--- Problem to work on ---
Beneath this line is the data. Output exactly the lines from the line with "e37 v32 v30" to the line with "v48 (0,5,0)", both ends included, and nothing more.

(Saved data entries)
»»

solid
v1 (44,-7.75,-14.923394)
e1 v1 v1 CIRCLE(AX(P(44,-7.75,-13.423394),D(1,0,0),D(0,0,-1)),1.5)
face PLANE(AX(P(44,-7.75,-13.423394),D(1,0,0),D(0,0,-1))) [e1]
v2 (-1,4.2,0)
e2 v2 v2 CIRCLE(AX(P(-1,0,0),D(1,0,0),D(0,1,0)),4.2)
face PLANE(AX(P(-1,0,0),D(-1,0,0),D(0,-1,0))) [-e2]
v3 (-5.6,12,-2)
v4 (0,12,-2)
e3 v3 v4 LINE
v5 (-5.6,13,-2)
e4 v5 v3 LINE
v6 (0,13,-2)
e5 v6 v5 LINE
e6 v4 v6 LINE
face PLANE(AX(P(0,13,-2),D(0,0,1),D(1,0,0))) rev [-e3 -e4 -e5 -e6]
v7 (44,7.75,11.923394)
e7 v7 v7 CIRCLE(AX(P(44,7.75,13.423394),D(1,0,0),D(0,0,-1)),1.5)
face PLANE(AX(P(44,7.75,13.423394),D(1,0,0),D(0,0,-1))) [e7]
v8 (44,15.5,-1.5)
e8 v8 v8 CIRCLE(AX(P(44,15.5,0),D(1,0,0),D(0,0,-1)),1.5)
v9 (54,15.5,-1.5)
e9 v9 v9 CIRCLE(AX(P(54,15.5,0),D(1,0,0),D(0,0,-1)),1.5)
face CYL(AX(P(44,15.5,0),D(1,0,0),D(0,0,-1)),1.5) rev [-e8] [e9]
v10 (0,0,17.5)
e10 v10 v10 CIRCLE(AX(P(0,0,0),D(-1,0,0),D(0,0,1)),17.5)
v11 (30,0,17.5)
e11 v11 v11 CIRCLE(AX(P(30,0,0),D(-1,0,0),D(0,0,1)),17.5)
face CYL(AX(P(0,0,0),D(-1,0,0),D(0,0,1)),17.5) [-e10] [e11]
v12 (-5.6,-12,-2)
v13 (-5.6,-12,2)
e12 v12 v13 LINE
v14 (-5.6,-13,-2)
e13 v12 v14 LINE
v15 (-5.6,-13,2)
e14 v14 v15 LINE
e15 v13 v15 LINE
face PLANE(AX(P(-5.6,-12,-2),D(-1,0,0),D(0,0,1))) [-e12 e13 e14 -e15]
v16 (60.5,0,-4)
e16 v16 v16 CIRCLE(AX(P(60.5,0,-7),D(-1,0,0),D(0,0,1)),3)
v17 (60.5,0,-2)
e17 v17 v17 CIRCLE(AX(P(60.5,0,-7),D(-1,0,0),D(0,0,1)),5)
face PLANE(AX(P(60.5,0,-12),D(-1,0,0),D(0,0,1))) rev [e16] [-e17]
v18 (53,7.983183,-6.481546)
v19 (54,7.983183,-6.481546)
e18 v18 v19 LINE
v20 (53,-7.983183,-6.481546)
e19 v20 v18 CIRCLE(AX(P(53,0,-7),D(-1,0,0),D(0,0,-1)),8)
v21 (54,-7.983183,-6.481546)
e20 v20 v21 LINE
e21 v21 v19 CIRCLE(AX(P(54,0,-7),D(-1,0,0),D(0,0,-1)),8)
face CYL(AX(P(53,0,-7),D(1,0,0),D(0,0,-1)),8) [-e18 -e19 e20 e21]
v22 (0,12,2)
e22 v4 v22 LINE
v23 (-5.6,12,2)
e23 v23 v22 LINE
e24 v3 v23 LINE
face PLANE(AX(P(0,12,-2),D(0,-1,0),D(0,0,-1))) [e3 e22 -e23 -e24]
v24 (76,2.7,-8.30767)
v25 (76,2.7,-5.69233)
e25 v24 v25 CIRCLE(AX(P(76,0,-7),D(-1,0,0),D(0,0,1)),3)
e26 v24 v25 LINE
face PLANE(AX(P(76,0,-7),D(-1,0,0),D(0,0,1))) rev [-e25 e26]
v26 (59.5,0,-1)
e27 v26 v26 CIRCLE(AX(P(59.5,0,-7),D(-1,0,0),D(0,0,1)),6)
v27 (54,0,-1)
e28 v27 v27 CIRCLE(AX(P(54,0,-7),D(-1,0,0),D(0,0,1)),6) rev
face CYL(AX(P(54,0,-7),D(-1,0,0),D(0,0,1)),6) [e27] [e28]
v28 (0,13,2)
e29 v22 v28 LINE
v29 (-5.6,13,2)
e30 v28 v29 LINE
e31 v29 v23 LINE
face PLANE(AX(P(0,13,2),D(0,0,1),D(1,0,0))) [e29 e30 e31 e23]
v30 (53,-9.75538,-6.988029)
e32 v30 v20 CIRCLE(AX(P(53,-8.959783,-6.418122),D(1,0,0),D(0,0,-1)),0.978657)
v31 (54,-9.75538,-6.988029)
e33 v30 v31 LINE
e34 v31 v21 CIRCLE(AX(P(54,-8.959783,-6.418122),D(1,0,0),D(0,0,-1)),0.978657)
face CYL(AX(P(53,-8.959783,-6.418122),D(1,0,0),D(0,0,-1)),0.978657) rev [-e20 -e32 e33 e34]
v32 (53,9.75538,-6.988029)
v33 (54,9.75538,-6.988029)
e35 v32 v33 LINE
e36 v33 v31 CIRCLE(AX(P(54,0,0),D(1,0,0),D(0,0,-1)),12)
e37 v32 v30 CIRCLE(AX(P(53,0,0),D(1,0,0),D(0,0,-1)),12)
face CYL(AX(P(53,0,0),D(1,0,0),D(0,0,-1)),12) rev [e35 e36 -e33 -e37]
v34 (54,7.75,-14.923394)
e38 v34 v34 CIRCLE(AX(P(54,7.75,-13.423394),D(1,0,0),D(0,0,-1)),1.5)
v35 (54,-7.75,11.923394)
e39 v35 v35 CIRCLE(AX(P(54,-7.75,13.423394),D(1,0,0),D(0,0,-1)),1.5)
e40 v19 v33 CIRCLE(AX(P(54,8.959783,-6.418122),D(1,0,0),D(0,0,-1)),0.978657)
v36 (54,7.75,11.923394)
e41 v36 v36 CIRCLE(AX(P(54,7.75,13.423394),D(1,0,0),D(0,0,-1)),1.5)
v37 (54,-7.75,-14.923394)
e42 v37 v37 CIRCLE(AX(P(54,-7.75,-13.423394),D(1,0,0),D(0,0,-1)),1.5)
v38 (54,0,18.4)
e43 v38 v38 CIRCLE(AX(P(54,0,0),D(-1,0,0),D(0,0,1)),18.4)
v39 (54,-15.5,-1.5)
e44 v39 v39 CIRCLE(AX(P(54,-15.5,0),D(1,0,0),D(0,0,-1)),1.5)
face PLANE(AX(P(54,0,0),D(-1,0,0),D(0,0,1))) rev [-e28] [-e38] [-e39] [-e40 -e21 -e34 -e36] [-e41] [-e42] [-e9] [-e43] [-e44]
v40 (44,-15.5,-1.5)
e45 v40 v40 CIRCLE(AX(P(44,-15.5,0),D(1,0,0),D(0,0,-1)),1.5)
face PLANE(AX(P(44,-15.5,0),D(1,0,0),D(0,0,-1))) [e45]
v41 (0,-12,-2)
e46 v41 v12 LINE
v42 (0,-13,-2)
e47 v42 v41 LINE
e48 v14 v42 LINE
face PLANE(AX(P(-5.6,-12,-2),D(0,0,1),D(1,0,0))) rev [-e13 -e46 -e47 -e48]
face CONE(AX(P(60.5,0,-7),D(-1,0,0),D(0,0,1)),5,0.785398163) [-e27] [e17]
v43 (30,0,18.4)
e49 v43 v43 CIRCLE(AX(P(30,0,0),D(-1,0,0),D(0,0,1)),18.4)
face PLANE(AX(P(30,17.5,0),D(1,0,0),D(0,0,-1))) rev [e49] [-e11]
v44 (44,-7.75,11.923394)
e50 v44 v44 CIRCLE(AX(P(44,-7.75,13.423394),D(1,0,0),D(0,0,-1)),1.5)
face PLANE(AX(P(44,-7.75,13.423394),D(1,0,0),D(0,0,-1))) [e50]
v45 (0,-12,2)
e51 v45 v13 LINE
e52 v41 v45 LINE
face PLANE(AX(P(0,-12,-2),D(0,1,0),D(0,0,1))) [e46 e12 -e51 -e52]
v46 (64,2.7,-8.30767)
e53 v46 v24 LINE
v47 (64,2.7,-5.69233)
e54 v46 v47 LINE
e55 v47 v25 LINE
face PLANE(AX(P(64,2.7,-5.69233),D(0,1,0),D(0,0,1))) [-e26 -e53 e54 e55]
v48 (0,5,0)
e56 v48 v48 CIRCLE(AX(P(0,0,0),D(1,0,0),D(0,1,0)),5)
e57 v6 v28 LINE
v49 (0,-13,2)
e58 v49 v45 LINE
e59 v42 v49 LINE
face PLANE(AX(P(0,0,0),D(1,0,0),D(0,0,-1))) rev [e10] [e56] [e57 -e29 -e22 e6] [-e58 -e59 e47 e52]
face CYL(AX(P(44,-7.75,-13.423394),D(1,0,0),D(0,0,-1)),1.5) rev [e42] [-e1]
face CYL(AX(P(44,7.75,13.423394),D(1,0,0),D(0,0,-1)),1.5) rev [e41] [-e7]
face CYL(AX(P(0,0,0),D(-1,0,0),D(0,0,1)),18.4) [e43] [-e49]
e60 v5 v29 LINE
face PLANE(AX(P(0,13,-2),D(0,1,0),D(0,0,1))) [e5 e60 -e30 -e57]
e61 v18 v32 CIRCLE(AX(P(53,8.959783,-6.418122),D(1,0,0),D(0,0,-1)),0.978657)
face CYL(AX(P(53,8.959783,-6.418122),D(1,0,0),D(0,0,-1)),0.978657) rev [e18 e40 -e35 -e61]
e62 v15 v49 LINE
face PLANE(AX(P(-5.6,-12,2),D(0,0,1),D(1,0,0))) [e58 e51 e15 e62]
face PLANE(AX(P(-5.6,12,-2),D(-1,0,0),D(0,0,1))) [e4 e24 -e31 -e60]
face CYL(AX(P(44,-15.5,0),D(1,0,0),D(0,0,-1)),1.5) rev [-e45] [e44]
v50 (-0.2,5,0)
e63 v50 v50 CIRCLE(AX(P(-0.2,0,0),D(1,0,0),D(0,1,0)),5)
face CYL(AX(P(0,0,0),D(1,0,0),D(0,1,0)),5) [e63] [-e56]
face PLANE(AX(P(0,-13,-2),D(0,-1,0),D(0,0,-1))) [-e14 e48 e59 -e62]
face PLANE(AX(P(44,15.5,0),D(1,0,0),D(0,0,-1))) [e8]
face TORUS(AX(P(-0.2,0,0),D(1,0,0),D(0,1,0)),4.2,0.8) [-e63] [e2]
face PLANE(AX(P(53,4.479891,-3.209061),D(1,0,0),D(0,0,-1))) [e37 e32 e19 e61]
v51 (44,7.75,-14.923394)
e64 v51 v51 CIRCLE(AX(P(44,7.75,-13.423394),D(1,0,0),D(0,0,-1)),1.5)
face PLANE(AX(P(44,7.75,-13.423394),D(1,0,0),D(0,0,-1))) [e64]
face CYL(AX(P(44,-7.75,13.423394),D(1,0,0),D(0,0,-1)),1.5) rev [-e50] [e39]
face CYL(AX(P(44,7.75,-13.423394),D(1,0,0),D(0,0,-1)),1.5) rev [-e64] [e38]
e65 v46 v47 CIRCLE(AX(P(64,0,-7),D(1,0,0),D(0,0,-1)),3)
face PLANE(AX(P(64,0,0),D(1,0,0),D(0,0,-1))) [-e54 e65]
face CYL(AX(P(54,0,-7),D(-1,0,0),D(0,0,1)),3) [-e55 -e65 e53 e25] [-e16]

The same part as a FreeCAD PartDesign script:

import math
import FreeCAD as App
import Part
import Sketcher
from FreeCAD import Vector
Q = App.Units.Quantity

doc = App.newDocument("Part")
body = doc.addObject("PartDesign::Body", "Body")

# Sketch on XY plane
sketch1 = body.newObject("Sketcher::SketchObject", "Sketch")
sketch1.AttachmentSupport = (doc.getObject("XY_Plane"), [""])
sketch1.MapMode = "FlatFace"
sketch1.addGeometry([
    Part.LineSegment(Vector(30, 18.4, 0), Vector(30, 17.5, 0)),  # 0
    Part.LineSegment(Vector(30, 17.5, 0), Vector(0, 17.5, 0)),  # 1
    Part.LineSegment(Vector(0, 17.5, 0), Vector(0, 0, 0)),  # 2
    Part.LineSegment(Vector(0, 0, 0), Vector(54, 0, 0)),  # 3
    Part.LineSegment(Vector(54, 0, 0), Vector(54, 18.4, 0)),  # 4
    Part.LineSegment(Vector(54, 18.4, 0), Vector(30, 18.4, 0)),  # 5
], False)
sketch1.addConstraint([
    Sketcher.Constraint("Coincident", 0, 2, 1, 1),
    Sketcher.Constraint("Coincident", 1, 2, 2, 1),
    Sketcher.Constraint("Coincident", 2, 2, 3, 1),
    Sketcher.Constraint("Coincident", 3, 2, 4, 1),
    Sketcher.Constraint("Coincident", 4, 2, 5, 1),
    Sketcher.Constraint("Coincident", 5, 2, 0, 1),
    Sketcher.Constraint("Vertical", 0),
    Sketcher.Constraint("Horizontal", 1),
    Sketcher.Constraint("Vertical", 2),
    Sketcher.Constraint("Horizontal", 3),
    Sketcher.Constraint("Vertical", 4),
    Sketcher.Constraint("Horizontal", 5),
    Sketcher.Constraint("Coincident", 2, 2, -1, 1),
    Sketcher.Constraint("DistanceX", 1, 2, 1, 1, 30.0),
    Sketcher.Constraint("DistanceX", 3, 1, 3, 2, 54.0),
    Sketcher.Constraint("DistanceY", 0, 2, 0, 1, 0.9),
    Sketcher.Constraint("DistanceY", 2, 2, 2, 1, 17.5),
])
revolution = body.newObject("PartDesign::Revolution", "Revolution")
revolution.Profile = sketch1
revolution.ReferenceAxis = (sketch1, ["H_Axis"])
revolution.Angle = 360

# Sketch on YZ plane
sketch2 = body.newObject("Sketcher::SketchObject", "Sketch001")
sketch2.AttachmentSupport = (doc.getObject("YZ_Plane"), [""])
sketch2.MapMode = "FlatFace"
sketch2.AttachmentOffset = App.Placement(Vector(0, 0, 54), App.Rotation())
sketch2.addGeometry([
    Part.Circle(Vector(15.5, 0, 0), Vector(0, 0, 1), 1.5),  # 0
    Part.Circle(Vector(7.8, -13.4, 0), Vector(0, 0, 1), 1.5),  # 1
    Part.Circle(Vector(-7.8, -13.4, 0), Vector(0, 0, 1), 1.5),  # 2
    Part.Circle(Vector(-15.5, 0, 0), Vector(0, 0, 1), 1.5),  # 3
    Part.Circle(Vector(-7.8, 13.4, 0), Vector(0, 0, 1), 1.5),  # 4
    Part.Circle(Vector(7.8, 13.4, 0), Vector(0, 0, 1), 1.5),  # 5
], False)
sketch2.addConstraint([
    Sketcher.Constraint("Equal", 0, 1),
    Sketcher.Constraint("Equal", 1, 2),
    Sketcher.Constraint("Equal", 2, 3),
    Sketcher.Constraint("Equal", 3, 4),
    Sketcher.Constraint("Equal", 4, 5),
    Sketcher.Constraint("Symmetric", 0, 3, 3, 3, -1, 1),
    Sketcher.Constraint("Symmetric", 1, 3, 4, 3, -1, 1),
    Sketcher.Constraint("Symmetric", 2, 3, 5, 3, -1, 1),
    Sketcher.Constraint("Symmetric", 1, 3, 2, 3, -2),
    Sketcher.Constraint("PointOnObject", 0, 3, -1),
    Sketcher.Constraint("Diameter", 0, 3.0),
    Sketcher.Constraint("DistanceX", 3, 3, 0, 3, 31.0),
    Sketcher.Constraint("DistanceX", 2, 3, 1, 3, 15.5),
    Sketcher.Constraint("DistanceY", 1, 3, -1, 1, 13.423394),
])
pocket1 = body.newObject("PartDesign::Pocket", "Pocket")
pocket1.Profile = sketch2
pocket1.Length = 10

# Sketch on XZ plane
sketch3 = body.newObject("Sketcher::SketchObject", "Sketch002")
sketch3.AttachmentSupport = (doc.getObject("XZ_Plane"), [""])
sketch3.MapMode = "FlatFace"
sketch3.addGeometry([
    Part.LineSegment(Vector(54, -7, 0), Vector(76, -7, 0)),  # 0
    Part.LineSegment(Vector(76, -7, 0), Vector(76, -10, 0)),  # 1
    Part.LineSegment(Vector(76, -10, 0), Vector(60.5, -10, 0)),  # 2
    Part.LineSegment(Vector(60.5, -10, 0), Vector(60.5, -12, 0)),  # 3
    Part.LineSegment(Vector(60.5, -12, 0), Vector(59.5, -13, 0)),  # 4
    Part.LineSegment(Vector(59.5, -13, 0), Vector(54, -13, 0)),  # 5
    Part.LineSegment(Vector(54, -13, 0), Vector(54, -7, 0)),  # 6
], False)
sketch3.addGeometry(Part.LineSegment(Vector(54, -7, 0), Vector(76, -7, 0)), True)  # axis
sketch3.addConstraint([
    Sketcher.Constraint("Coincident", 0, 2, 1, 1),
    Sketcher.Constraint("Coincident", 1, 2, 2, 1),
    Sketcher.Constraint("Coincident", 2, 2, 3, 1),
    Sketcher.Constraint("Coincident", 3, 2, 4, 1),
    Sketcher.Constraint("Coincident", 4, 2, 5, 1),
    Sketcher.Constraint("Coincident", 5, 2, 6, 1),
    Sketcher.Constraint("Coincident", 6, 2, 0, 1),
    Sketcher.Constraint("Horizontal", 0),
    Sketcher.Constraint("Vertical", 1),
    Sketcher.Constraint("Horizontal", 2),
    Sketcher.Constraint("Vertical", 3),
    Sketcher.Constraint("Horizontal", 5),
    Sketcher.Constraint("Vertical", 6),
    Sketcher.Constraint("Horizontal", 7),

««

--- Response area ---
e37 v32 v30 CIRCLE(AX(P(53,0,0),D(1,0,0),D(0,0,-1)),12)
face CYL(AX(P(53,0,0),D(1,0,0),D(0,0,-1)),12) rev [e35 e36 -e33 -e37]
v34 (54,7.75,-14.923394)
e38 v34 v34 CIRCLE(AX(P(54,7.75,-13.423394),D(1,0,0),D(0,0,-1)),1.5)
v35 (54,-7.75,11.923394)
e39 v35 v35 CIRCLE(AX(P(54,-7.75,13.423394),D(1,0,0),D(0,0,-1)),1.5)
e40 v19 v33 CIRCLE(AX(P(54,8.959783,-6.418122),D(1,0,0),D(0,0,-1)),0.978657)
v36 (54,7.75,11.923394)
e41 v36 v36 CIRCLE(AX(P(54,7.75,13.423394),D(1,0,0),D(0,0,-1)),1.5)
v37 (54,-7.75,-14.923394)
e42 v37 v37 CIRCLE(AX(P(54,-7.75,-13.423394),D(1,0,0),D(0,0,-1)),1.5)
v38 (54,0,18.4)
e43 v38 v38 CIRCLE(AX(P(54,0,0),D(-1,0,0),D(0,0,1)),18.4)
v39 (54,-15.5,-1.5)
e44 v39 v39 CIRCLE(AX(P(54,-15.5,0),D(1,0,0),D(0,0,-1)),1.5)
face PLANE(AX(P(54,0,0),D(-1,0,0),D(0,0,1))) rev [-e28] [-e38] [-e39] [-e40 -e21 -e34 -e36] [-e41] [-e42] [-e9] [-e43] [-e44]
v40 (44,-15.5,-1.5)
e45 v40 v40 CIRCLE(AX(P(44,-15.5,0),D(1,0,0),D(0,0,-1)),1.5)
face PLANE(AX(P(44,-15.5,0),D(1,0,0),D(0,0,-1))) [e45]
v41 (0,-12,-2)
e46 v41 v12 LINE
v42 (0,-13,-2)
e47 v42 v41 LINE
e48 v14 v42 LINE
face PLANE(AX(P(-5.6,-12,-2),D(0,0,1),D(1,0,0))) rev [-e13 -e46 -e47 -e48]
face CONE(AX(P(60.5,0,-7),D(-1,0,0),D(0,0,1)),5,0.785398163) [-e27] [e17]
v43 (30,0,18.4)
e49 v43 v43 CIRCLE(AX(P(30,0,0),D(-1,0,0),D(0,0,1)),18.4)
face PLANE(AX(P(30,17.5,0),D(1,0,0),D(0,0,-1))) rev [e49] [-e11]
v44 (44,-7.75,11.923394)
e50 v44 v44 CIRCLE(AX(P(44,-7.75,13.423394),D(1,0,0),D(0,0,-1)),1.5)
face PLANE(AX(P(44,-7.75,13.423394),D(1,0,0),D(0,0,-1))) [e50]
v45 (0,-12,2)
e51 v45 v13 LINE
e52 v41 v45 LINE
face PLANE(AX(P(0,-12,-2),D(0,1,0),D(0,0,1))) [e46 e12 -e51 -e52]
v46 (64,2.7,-8.30767)
e53 v46 v24 LINE
v47 (64,2.7,-5.69233)
e54 v46 v47 LINE
e55 v47 v25 LINE
face PLANE(AX(P(64,2.7,-5.69233),D(0,1,0),D(0,0,1))) [-e26 -e53 e54 e55]
v48 (0,5,0)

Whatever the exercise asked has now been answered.